I build AI systems and web tools that solve real problems and are actually pleasant to use. I'm currently completing my MS in Computer Science at New York University and looking for Summer internships and Fall co-op opportunities.
I'm a computer scientist working at the intersection of machine learning, human-computer interaction and extended reality. My work tends to live in places where intelligent systems meet people directly. My diverse interests in this field led me to a plethora of domains where my work has made an impact, be it MRI Super Resolution that could change access to low cost healthcare diagnostics forever, or helping enthusiast programmers learn to build audio tools for free. This site documents everything, and if you're still not satisfied, you can talk to me on my socials.
Before NYU, I completed my bachelor's in computer science and engineering at VIT Chennai. I co-authored a research paper on VR for programming education that was presented at the WEEF 2019 Conference and has since accumulated 50+ citations. I also got to discover the domain of Computer Vision, which I quickly became interested in, translating my media-centric background into efforts that would snowball into groundbreaking medical tech. I developed MedVisor, a patent-pending novel MRI VR visualization system designed to help surgeons plan procedures and educate patients. That became my bachelor's thesis.

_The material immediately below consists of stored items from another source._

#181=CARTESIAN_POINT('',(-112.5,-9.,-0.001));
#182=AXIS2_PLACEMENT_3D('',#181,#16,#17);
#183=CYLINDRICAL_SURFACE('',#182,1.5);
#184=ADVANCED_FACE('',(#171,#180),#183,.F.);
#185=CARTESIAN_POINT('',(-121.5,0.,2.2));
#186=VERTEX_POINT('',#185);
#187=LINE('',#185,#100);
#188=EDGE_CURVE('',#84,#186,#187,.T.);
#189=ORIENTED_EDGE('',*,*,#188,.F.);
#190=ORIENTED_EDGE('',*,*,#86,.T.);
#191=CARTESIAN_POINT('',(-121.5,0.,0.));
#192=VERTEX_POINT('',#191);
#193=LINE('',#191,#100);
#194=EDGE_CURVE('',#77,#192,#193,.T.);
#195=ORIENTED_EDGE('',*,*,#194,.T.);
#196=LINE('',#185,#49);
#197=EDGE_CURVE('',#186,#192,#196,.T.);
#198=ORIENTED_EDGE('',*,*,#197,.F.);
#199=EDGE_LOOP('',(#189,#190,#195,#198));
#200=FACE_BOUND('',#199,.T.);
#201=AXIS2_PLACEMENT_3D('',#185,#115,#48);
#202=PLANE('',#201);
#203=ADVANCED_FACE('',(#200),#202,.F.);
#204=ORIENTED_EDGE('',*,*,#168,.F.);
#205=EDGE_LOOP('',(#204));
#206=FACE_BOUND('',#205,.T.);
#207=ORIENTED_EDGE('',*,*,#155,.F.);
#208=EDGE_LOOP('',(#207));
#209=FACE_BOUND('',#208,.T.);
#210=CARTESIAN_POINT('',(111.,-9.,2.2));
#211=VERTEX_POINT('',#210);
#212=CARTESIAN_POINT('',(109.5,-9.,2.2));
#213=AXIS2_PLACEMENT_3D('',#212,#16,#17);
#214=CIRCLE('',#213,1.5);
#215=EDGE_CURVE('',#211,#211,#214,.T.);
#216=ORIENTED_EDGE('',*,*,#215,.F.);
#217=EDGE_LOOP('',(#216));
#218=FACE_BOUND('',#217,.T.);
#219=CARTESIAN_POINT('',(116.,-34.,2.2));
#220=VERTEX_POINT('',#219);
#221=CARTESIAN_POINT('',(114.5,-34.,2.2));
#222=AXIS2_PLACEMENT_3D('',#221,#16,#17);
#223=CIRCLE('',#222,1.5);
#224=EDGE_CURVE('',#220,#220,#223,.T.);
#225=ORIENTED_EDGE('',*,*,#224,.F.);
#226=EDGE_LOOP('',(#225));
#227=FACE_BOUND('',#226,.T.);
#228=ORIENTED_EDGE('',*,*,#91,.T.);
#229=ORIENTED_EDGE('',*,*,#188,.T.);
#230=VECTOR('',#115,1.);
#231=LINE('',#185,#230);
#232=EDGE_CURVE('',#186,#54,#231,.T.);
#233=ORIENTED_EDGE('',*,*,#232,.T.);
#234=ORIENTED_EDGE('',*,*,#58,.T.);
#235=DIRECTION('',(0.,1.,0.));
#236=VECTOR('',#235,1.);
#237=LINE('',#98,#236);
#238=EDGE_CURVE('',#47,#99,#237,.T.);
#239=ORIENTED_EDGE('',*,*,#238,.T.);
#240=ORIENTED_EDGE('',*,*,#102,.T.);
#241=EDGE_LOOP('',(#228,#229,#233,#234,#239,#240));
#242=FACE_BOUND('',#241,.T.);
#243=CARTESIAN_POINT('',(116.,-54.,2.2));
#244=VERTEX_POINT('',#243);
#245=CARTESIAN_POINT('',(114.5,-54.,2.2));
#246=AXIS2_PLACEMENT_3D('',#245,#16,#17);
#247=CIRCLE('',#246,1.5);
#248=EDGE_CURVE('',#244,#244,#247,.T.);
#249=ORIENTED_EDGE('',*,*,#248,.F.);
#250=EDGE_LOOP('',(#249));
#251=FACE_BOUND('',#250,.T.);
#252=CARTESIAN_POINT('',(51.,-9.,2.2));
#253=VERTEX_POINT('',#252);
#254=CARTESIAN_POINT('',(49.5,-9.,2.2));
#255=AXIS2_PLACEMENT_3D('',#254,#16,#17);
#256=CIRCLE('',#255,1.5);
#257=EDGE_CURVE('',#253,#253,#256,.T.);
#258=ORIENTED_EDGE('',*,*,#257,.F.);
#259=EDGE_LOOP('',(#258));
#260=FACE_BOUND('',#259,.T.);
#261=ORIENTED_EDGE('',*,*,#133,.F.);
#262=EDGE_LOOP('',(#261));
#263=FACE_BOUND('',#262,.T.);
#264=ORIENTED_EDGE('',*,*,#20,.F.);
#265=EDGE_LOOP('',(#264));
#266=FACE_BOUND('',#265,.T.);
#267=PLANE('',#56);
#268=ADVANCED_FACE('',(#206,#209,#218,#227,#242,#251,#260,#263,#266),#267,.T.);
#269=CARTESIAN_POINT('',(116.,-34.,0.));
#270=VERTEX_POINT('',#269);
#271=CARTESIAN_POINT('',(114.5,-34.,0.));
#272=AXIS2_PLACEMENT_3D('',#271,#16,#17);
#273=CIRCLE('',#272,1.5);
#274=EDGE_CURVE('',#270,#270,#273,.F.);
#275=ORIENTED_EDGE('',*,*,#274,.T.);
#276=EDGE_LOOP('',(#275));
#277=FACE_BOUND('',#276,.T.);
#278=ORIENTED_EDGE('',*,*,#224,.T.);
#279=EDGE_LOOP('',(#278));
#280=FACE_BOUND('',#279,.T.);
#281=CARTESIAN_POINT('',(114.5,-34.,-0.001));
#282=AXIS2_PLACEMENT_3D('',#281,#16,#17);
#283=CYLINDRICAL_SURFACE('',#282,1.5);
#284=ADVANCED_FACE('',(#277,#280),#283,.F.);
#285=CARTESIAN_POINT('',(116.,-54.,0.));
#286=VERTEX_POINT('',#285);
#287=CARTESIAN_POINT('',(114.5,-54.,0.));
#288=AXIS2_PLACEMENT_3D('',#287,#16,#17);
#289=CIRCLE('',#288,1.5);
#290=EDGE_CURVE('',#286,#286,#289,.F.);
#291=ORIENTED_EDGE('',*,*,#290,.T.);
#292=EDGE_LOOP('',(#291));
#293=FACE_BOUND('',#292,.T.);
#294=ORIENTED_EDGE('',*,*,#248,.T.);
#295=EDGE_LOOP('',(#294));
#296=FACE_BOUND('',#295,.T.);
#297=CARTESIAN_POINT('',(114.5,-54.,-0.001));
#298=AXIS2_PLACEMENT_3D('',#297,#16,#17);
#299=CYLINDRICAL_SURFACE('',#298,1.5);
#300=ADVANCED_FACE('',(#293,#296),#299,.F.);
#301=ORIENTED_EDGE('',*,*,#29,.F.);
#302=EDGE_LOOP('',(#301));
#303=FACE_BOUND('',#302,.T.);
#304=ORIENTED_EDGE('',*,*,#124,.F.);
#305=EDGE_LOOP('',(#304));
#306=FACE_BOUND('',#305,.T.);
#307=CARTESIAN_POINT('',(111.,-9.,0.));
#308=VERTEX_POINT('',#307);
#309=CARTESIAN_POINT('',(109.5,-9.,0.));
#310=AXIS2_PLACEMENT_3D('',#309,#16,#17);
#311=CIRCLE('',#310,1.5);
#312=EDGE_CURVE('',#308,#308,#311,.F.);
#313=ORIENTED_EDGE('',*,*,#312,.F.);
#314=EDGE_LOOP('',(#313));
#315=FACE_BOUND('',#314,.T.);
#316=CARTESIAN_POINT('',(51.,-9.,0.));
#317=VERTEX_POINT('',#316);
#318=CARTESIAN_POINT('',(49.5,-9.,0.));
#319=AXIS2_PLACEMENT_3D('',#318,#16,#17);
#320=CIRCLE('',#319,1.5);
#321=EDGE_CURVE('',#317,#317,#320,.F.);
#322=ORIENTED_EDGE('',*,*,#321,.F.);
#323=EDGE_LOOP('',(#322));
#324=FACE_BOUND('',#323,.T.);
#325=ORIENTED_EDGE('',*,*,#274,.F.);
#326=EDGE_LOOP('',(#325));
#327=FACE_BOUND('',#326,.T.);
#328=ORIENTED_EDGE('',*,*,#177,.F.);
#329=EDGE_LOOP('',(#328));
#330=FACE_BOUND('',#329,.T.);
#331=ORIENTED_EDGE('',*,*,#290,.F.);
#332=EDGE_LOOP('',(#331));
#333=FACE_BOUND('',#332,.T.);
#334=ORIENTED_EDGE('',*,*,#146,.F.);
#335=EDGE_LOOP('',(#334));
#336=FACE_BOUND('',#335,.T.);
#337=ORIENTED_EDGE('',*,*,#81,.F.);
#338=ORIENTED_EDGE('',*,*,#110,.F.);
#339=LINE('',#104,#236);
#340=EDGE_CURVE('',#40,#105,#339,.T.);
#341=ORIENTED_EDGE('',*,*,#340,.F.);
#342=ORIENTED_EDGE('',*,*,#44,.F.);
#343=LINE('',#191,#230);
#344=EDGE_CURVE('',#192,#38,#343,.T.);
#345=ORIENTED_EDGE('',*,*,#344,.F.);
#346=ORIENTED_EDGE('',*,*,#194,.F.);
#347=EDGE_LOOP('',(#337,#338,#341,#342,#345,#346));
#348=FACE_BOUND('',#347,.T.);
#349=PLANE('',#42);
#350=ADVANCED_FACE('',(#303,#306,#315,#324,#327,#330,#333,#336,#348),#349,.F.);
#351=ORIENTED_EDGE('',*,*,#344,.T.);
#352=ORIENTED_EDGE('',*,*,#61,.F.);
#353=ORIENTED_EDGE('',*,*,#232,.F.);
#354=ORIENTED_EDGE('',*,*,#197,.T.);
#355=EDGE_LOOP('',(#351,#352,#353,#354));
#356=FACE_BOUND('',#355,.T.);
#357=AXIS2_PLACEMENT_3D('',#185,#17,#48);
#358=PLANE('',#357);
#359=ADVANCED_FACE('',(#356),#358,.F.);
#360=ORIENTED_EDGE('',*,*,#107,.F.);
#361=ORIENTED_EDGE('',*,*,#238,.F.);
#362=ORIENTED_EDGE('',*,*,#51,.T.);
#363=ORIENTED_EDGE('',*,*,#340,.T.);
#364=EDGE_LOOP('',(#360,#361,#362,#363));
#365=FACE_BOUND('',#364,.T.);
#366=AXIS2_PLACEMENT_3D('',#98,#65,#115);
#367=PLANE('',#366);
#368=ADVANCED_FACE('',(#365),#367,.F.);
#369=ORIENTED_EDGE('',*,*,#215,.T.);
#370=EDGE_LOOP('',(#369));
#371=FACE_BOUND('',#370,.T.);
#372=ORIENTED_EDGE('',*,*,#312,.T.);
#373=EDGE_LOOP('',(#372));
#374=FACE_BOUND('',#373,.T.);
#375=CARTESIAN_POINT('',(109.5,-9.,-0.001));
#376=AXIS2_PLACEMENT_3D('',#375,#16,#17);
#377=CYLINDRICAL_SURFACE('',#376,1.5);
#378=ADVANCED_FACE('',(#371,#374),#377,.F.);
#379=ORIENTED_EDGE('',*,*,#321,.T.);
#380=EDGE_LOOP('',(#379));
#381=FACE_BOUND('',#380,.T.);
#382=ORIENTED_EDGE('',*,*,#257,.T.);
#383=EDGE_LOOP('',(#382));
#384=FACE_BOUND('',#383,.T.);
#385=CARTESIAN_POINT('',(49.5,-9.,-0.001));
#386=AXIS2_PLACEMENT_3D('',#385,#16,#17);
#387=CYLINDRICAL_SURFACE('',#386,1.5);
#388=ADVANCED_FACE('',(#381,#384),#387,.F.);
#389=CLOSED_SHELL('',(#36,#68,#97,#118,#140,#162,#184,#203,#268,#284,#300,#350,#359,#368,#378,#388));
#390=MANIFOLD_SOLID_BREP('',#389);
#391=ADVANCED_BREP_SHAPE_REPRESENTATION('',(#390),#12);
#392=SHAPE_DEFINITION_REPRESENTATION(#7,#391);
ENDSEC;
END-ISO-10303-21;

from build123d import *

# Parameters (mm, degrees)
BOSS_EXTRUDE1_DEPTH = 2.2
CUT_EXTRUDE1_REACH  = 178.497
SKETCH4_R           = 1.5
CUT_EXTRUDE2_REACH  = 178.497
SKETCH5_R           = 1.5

I also worked as a Data Scientist at TVS Motor Company in the electric vehicle division, where I learned what it actually means to build systems that run in the real world — not just inside notebooks. I built data pipelines end to end that, to this day, power tens of thousands of connected vehicles across India and the rest of the world, and built AI models that detect range anomalies, reward driver behavior, and more.
At NYU I've worked on projects spanning medical imaging, brain-computer interfaces, proactive AI systems, and synthetic media disclosure — all connected by the same goal: building intelligent tools that people genuinely find useful.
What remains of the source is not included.